保存期のCa非含有リン吸着薬はホスレノール、キックリン、リオナに限られます。
問題点は患者に負担させるには高価…。
しかしリオナは貧血の改善もあるので、経済的といった利点もあります。
⑦ピートル(2015年)
- ピートル(一般名:スクロオキシ水酸化鉄)
- 販売元:キッセイ薬品工業
- カルシウム:非含有
- 鉄:含有
- 服用のタイミング:食直前
- 剤型:錠・チュアブル
- OD錠:無
- 代謝性アシドーシス:不変
(リオナと同じです)鉄が腸管粘膜を刺激して下痢を起こす場合があります。
黒色便になる場合があります。
鉄が含まれているので貧血改善作用があります。
最後にリン吸着薬の一覧表です。
リン吸着薬の選択
- カルシウム値上昇➡カルシウム非含有を選択(カルタン以外)
- カルシウム値が低い➡カルシウム含有(カルタン)
- 鉄欠乏→鉄含有を選択(リオナ・ピートル)
- 代謝性アルカローシス→代謝性アシドーシス助長を選択(フォスブロック・レナジェル)
- 便秘になりやすい、腸閉塞の既往がある➡腸閉塞を助長するもの以外(フォスブロック・レナジェル以外)

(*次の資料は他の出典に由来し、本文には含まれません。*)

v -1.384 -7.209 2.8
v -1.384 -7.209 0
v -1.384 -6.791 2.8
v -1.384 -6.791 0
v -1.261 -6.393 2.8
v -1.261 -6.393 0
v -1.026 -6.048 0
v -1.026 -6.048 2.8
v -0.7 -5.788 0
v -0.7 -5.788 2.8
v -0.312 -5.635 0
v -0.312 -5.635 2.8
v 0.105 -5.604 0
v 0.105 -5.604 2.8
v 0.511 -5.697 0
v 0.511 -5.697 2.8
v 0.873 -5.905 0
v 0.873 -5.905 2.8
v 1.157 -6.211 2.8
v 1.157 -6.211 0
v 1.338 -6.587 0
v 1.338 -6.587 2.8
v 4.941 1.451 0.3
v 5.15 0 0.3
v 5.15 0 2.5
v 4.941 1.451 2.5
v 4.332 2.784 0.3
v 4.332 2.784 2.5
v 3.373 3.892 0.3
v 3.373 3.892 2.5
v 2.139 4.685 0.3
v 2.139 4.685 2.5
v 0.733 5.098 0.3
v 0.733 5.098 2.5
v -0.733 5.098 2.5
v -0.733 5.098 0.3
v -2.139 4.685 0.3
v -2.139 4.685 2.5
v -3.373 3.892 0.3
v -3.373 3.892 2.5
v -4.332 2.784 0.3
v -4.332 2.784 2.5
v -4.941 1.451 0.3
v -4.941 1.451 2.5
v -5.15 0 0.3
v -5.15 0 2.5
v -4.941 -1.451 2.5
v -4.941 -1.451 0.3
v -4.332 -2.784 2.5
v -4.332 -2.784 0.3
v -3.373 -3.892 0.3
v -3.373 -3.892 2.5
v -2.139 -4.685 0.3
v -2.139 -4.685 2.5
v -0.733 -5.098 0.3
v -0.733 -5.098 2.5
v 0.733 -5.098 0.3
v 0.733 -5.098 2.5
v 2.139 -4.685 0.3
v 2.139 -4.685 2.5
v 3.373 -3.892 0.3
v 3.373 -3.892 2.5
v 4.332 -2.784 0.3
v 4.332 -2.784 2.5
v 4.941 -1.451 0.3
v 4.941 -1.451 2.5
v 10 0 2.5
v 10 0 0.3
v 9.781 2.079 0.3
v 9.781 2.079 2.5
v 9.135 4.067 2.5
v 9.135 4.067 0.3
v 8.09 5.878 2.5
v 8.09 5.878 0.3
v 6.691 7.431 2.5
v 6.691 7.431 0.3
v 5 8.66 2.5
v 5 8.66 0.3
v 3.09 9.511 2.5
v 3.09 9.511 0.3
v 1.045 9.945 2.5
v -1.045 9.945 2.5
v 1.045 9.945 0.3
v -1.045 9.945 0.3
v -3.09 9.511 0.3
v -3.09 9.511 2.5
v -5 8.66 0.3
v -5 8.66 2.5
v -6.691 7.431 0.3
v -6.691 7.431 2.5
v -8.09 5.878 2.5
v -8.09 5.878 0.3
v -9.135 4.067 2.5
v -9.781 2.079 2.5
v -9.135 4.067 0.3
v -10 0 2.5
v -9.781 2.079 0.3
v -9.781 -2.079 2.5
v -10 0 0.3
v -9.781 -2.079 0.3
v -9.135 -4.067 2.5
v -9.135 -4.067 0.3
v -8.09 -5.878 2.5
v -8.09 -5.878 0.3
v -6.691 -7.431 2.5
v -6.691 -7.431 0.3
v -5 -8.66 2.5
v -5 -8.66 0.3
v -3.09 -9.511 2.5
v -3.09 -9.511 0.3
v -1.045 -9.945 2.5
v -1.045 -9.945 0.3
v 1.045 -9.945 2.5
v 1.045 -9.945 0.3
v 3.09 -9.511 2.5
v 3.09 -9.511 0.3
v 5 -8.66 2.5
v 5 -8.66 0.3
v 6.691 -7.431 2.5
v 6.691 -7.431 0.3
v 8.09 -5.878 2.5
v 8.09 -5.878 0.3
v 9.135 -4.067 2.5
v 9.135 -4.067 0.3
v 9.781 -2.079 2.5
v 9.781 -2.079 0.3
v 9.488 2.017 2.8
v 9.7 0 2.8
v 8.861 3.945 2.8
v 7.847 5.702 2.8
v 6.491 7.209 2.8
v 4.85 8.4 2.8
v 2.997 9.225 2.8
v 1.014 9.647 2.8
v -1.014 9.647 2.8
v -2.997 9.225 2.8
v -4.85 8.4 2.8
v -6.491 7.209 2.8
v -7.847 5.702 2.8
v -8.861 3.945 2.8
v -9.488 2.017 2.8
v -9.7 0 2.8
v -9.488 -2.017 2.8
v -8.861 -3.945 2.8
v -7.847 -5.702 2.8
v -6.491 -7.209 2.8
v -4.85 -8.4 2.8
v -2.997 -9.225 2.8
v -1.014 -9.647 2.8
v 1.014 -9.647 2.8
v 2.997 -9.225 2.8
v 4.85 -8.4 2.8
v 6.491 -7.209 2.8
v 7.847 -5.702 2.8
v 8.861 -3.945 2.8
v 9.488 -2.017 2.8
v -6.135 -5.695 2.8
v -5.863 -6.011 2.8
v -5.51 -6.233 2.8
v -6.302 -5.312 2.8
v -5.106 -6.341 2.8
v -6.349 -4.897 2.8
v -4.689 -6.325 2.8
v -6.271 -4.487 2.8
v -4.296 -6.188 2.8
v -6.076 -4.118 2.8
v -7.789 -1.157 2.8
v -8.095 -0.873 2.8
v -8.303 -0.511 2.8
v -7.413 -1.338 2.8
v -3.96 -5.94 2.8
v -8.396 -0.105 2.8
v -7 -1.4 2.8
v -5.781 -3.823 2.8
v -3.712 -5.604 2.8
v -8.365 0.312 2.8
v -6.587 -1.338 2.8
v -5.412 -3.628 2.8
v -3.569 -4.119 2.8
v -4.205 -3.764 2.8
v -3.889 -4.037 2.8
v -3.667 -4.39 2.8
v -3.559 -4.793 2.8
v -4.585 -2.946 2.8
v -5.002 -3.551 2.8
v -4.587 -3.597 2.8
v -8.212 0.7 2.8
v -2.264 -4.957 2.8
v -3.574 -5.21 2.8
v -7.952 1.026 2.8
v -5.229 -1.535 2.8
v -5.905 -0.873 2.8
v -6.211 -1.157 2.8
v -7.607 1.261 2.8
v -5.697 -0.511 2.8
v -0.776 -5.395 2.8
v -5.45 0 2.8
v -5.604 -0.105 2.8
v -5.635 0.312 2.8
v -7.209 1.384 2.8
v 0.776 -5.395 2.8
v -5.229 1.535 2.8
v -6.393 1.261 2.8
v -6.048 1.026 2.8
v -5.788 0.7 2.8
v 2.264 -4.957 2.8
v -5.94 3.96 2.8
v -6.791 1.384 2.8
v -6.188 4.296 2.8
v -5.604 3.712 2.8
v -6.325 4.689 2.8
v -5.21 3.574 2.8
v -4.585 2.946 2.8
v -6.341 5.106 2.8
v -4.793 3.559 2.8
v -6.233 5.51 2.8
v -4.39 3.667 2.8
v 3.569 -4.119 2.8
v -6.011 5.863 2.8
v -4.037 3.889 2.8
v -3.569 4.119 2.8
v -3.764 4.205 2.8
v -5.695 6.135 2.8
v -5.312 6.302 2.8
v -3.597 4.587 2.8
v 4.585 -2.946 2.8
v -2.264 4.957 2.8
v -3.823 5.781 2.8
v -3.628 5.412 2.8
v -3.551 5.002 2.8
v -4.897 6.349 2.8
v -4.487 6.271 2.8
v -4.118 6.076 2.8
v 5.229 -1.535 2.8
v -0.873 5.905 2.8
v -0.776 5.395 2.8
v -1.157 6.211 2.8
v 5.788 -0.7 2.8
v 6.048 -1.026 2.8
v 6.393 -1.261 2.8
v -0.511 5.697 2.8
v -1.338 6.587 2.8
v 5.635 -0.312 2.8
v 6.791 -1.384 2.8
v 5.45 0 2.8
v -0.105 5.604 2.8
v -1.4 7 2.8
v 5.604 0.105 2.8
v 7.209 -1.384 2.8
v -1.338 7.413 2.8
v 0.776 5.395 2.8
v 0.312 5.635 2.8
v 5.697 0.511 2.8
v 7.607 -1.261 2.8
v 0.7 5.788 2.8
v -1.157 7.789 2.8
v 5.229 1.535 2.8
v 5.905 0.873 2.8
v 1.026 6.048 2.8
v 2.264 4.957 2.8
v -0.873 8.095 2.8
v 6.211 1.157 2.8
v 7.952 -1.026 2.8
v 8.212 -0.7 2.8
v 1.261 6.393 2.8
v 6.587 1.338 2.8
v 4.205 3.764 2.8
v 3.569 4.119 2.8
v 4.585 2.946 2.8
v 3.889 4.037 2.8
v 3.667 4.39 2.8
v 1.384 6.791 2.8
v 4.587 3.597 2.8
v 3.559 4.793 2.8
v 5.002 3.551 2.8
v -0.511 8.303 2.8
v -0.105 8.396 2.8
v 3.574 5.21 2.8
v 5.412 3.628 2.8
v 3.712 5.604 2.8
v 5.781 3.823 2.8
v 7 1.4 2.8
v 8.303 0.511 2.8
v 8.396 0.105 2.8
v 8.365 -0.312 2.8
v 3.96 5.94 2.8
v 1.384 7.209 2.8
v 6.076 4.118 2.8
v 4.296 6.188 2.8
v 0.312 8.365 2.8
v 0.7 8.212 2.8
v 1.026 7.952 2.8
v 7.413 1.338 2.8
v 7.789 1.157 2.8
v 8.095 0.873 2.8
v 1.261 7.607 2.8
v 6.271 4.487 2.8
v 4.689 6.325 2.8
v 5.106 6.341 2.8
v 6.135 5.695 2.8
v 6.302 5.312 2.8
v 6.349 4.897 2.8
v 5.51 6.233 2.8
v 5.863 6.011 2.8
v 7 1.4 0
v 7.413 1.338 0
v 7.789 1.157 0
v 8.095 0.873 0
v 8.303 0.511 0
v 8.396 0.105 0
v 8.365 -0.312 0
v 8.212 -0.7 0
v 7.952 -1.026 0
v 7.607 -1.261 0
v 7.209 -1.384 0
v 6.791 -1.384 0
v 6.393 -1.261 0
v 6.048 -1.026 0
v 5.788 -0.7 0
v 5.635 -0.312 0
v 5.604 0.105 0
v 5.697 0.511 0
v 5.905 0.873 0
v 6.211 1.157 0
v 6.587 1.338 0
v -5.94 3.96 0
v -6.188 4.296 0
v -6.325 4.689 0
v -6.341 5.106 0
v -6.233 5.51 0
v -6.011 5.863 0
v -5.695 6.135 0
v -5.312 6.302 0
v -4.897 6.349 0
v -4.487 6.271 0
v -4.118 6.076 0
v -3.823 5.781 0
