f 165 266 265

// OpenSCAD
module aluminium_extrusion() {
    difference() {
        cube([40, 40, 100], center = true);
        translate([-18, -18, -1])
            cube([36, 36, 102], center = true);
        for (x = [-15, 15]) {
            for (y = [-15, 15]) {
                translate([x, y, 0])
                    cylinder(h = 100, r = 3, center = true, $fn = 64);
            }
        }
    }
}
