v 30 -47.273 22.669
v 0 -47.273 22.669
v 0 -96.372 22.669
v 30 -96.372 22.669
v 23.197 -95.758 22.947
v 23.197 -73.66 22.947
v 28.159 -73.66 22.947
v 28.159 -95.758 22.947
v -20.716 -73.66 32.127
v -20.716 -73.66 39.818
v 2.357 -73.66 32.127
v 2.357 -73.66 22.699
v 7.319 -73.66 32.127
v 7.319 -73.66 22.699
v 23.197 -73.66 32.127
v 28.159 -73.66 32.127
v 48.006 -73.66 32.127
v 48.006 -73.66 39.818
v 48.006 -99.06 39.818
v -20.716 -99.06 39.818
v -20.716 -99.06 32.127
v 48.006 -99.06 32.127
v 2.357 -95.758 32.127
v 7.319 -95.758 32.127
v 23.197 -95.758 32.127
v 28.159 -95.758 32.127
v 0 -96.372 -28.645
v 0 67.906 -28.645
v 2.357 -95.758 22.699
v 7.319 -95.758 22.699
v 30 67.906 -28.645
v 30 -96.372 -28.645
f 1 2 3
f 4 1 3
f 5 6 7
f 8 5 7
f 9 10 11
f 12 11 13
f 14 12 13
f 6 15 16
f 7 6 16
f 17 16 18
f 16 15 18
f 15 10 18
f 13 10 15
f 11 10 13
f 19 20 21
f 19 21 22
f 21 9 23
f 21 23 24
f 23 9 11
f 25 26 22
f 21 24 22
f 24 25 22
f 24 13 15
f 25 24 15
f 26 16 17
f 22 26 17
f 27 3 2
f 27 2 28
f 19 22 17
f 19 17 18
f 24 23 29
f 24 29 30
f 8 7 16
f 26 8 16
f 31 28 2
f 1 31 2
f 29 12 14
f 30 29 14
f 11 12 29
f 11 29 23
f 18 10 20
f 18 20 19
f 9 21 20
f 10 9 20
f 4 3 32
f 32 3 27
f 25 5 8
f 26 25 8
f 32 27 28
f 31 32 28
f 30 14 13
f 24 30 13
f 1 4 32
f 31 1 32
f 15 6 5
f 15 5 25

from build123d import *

# Parameters (mm, degrees)
F1_DEPTH = 30
F3_W     = 68.72177
F3_H     = 7.690884
F4_DEPTH = 25.4
F5_W     = 4.961859
F5_H     = 9.675625
F5_W_2   = 4.96186
F5_H_2   = 9.427534
F6_DEPTH = 22.098


with BuildPart() as f1:
    # F0 (on Right) → F1 (new body)
    with BuildSketch(Plane.YZ):
        Polygon((-47.27333, 22.66884), (-96.372128, 22.66884), (-96.372128, -28.644944), (67.905806, -28.644944), align=None)
    extrude(amount=F1_DEPTH)


with BuildPart() as f4:
    # F3 (on offset) → F4 (new body)
    with BuildSketch(Plane.XZ.offset(73.66)):
        with Locations((13.645117, 35.972077)):
            Rectangle(F3_W, F3_H)
    extrude(amount=F4_DEPTH)

    # F5 (on offset) → F6 (join)
    with BuildSketch(Plane.XZ.offset(73.66)):
        with Locations((4.837814, 27.536915)):
            Rectangle(F5_W, F5_H)
        with Locations((25.677629, 27.660961)):
            Rectangle(F5_W_2, F5_H_2)
    extrude(amount=F6_DEPTH)


solid = Compound([f1.part, f4.part])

- 代謝性アシドーシスの改善が不十分→その是正に役立つものを選択(リオナ)
といった風ですかね(大まかです)。
病院に7種類あるとこはかなり珍しいと思うので、あるリン吸着薬で、ベストな選択をすることが大事だと思います。
また、剤型の確認やOD錠があるかないかも大切なところだと思います。
嚥下機能が落ちていて錠剤を飲み込めない患者さんがいます。
そういった患者さんには、OD錠を使うといいでしょう。
OD錠は口の中に入れるとすぐ溶けて、かみ砕いたり水を必要としません。
さらに、リン吸着薬の変更をした患者さんがいれば、飲むタイミング(食直前か食直後か)が変更している場合があるので、説明すると親切かも!
リン吸着薬の進歩
リン吸着薬は従来型のカルシウム含有だけでなく、異所性石灰化予防に役立つカルシウム非含有が登場しました。
そして2014年以降鉄含有のリン吸着薬が登場し、貧血の改善になりました。